TORINO - Clamoroso nella notte: Urbano Cairo ha deciso di esonerare Sinisa Mihajlovic dopo la sconfitta per 2-0 nel derby di Coppa Italia. Torino senza gioco e allenatore nervoso (allontanato dopo le proteste per il gol di Mandzukic viziato da fallo di Khedira). Così il presidente, contrario ai cambi in corsa, ha voltato pagina. Squadra involuta, giocatori spenti, tifosi delusi: fine dell'idillio col serbo che in conferenza stampa aveva mandato Attilio Lombardo, il suo vice. Un segnale... Poi, Cairo ha deciso che era il momento di cambiare. Già settimane fa aveva contattato Walter Mazzarri. Miha paga anche le scelte di mercato:  soprattutto Niang, una zavorra costata oltre 15 milioni. Contratto fino al 2020 per l'ex tecnico di Napoli e Inter

I COMUNICATI UFFICIALI - Il Torino Football Club comunica di aver esonerato Sinisa Mihajlovic dall’incarico di allenatore della Prima Squadra. A Sinisa e al suo staff vanno i ringraziamenti per l’impegno e per la passione dimostrati in questi 18 mesi in granata.  Questo il comunicato dell'esonero di Miha, al quale poi è seguito quello dell'annuncio di Mazzarri: Il Torino Football Club comunica di aver affidato al signor Walter Mazzarri l’incarico di allenatore della Prima Squadra. Il nuovo tecnico - che il Presidente Urbano Cairo accoglie con il più cordiale benvenuto e con l’augurio di buon lavoro - dirigerà oggi pomeriggio la sessione in programma allo stadio Filadelfia a porte chiuse.

LA NOTTATA - Dopo l’una di notte, Mihajlovic ha ricevuto in albergo, al Principi di Piemonte, la telefonata del ds Gianluca Petrachi che gli preannunciava la decisione di Cairo. Poi una delegazione di giocatori, guidata da Belotti, capitano infortunato, è andata a salutare il tecnico. Dopo una stagione e mezza, quindi, si conclude l’avventura del serbo in granata. Era diventato da subito idolo dei tifosi per il suo modo sanguigno di interpretare la professione: parlava di Toro sempre in campo per vincere, con uno stadio che doveva essere una roccaforte, ma la realtà, soprattutto quest’anno, è stata diversa. Tanti pareggi, poche gioie in casa e alla fine anche i tifosi hanno cominciato a contestare. Gli infortuni, certo, non hanno aiutato: fuori il Gallo, due volte, fuori Ljaijc, fuori Lyanco e Ansaldi. Alla fine, scelte obbligate e tanta delusione per una manovra mai convincente. Anche contro la Juve, solo un tiro nello specchio. La sconfitta, l’ennesima allo Stadium, e la mancanza di stimoli nei giocatori hanno poi fatto agire il patron, stanco di vedere una squadra senza grinta.

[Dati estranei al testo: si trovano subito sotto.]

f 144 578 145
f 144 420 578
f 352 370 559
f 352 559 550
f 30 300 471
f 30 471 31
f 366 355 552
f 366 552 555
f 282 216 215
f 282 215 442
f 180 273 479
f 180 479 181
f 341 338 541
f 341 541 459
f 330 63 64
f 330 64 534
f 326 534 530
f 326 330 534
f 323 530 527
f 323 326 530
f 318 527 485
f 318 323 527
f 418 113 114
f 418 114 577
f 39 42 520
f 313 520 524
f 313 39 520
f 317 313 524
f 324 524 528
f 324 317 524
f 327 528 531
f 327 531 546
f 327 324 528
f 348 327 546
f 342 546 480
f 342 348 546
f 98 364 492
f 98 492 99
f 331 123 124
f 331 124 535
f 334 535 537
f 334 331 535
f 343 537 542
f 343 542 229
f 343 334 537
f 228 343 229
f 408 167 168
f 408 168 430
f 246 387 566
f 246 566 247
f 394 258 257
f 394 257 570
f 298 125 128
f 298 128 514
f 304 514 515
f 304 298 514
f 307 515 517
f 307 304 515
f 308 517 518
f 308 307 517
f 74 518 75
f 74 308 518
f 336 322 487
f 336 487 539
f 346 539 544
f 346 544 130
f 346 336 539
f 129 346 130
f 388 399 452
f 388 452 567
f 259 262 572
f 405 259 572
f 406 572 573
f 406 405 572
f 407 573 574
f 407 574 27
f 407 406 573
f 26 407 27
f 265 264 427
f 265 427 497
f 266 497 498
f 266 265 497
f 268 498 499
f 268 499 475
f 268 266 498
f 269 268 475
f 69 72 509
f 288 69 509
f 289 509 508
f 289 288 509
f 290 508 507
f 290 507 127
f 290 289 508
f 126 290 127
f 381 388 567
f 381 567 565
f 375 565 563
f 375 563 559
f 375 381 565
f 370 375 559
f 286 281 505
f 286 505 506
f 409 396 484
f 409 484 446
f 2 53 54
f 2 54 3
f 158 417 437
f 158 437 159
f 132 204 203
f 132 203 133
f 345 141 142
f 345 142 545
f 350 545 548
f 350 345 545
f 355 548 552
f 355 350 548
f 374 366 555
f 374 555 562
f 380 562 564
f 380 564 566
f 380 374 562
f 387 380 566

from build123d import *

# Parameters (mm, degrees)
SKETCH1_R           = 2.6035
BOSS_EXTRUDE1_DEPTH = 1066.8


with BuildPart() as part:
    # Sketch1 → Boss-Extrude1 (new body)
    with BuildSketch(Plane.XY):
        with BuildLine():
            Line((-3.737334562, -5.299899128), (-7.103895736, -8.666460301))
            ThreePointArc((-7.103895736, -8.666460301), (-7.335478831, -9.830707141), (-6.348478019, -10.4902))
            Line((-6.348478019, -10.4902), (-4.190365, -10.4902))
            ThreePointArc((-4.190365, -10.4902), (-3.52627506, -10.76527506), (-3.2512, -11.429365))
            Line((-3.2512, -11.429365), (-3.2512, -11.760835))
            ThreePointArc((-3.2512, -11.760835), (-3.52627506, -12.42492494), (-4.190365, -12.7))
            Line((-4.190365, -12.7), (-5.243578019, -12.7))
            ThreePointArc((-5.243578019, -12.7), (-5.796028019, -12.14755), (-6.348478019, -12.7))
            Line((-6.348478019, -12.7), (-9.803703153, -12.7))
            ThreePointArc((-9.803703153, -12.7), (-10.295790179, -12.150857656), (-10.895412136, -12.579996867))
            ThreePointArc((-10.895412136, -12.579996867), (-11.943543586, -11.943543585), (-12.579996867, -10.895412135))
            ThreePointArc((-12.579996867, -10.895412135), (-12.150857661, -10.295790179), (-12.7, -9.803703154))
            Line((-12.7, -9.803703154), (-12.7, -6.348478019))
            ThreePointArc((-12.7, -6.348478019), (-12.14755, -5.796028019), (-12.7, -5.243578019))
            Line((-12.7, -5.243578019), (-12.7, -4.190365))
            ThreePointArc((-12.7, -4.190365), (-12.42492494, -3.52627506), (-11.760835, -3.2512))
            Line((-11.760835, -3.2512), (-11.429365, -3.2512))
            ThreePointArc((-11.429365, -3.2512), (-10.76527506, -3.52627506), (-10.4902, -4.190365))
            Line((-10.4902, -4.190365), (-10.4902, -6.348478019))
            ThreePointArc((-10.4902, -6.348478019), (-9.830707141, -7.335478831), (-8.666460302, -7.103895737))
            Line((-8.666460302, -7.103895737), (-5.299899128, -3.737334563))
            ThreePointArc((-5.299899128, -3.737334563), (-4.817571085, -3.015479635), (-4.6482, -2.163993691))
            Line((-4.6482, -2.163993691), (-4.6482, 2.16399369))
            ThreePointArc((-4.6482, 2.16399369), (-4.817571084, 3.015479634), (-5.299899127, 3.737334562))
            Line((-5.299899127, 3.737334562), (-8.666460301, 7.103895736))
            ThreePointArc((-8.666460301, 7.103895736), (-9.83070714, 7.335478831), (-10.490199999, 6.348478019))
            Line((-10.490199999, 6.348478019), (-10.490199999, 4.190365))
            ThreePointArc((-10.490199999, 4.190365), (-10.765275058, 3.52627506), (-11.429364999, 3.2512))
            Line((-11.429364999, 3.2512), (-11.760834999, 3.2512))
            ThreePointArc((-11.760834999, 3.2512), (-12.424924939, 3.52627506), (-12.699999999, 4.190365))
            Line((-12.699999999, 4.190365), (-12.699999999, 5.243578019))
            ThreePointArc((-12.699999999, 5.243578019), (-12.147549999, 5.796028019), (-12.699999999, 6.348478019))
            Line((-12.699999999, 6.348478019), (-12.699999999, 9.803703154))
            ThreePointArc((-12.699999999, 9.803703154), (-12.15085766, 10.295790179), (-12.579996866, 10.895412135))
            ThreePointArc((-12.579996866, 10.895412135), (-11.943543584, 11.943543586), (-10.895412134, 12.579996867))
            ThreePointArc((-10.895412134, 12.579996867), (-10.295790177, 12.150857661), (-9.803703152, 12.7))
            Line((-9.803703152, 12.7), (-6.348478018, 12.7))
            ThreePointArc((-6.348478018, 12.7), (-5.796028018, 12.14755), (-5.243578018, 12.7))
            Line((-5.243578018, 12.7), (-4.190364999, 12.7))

COL BOLOGNA - Sabato al Grande Torino, all'ora di pranzo, arriva il Bologna di Donadoni con l’ex Verdi in dubbio. Il Toro avrà il nuovo allenatore in panchina ma poche possibilità di cambiare formazione, viste le numerose defezioni (anche il giovane Edera è andato ko in allenamento). Con Mazzarri il sistema di gioco classico è il 3-5-2. In Inghilterra, al Watford, l’allenatore ha già avuto Niang alle sue dipendenze, peraltro con poca fortuna. Ne conosce pregi e difetti, dovrà provare a scuoterlo.

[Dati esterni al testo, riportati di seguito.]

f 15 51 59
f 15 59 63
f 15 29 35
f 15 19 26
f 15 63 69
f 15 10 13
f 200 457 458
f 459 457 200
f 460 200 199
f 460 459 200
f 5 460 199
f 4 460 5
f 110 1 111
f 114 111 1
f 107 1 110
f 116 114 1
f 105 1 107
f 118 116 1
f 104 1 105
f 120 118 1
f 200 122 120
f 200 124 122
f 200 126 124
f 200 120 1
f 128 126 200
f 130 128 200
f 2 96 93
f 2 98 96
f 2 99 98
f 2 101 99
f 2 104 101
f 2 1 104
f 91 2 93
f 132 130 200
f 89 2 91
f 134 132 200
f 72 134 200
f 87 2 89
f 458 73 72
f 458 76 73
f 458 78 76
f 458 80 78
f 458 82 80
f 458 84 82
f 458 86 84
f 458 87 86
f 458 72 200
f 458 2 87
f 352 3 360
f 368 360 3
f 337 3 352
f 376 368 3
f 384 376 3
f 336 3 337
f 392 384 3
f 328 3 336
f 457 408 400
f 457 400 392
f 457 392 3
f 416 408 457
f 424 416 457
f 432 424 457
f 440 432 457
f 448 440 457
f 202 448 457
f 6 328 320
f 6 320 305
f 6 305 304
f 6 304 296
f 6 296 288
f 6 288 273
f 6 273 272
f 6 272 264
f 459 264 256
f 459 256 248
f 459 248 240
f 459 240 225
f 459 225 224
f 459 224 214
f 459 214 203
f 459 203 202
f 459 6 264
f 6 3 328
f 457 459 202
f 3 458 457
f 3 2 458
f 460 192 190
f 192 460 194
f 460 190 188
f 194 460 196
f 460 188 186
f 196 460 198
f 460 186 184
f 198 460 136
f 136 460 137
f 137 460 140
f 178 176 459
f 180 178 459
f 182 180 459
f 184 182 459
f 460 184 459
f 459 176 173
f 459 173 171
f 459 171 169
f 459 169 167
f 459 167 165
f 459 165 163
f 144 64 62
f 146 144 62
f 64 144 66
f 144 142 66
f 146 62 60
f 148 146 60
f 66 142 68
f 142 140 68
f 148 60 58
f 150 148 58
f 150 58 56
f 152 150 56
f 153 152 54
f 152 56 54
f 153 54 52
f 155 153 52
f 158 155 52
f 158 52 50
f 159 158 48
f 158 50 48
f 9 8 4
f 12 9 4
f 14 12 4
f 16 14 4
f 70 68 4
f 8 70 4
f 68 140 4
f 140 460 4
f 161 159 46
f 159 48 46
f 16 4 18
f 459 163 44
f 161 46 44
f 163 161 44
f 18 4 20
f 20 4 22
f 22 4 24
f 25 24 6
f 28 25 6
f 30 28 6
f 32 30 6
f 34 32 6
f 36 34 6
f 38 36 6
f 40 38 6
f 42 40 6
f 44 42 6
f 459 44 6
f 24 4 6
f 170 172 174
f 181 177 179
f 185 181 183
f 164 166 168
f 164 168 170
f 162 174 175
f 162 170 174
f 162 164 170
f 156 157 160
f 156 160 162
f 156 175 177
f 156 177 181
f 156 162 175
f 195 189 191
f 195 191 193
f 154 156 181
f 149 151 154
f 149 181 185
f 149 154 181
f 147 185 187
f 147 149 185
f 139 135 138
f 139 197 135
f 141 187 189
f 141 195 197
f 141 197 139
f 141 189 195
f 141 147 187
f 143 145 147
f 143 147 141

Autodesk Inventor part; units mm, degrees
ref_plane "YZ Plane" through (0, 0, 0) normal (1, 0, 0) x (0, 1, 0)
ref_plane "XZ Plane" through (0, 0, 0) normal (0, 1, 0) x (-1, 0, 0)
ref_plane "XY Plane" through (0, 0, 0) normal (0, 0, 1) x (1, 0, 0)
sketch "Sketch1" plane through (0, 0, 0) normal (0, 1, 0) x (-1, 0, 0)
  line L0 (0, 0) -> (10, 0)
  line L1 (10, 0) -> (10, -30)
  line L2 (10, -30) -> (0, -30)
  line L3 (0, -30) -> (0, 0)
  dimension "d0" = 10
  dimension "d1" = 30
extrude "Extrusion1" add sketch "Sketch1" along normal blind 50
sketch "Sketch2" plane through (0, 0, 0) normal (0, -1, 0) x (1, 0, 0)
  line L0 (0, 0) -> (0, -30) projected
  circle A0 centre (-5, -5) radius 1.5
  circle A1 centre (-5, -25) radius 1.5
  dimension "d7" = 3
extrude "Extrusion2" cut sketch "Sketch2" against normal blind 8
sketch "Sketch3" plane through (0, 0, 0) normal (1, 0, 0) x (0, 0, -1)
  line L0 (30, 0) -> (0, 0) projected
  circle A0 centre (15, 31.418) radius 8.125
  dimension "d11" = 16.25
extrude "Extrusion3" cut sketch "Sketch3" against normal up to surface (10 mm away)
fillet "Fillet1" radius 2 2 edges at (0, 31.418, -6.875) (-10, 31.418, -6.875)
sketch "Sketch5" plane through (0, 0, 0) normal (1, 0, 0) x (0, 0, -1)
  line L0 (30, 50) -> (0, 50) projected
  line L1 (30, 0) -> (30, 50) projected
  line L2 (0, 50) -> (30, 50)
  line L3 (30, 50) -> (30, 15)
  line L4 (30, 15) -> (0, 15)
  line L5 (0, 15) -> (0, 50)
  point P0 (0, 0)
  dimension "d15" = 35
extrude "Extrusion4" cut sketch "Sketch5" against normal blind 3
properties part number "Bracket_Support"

AL FILA NESSUN COMMENTO - Intanto, al Filadelfia sono arrivati Attilio Lombardo e il dg Antonio Comi. Nessuno dei sue si è fermato o ha voluto rilasciare dichiarazioni. 
MISTER X - Dati Opta: il Torino ha pareggiato 24 delle 57 gare di Serie A della gestione Mihajlovic, almeno 6 più di ogni altra squadra nello stesso periodo. Mister X. Uno dei motivi che ha convinto il presidente granata a cambiare: non c’era più fiducia - da tempo - nel serbo e nei suoi metodi.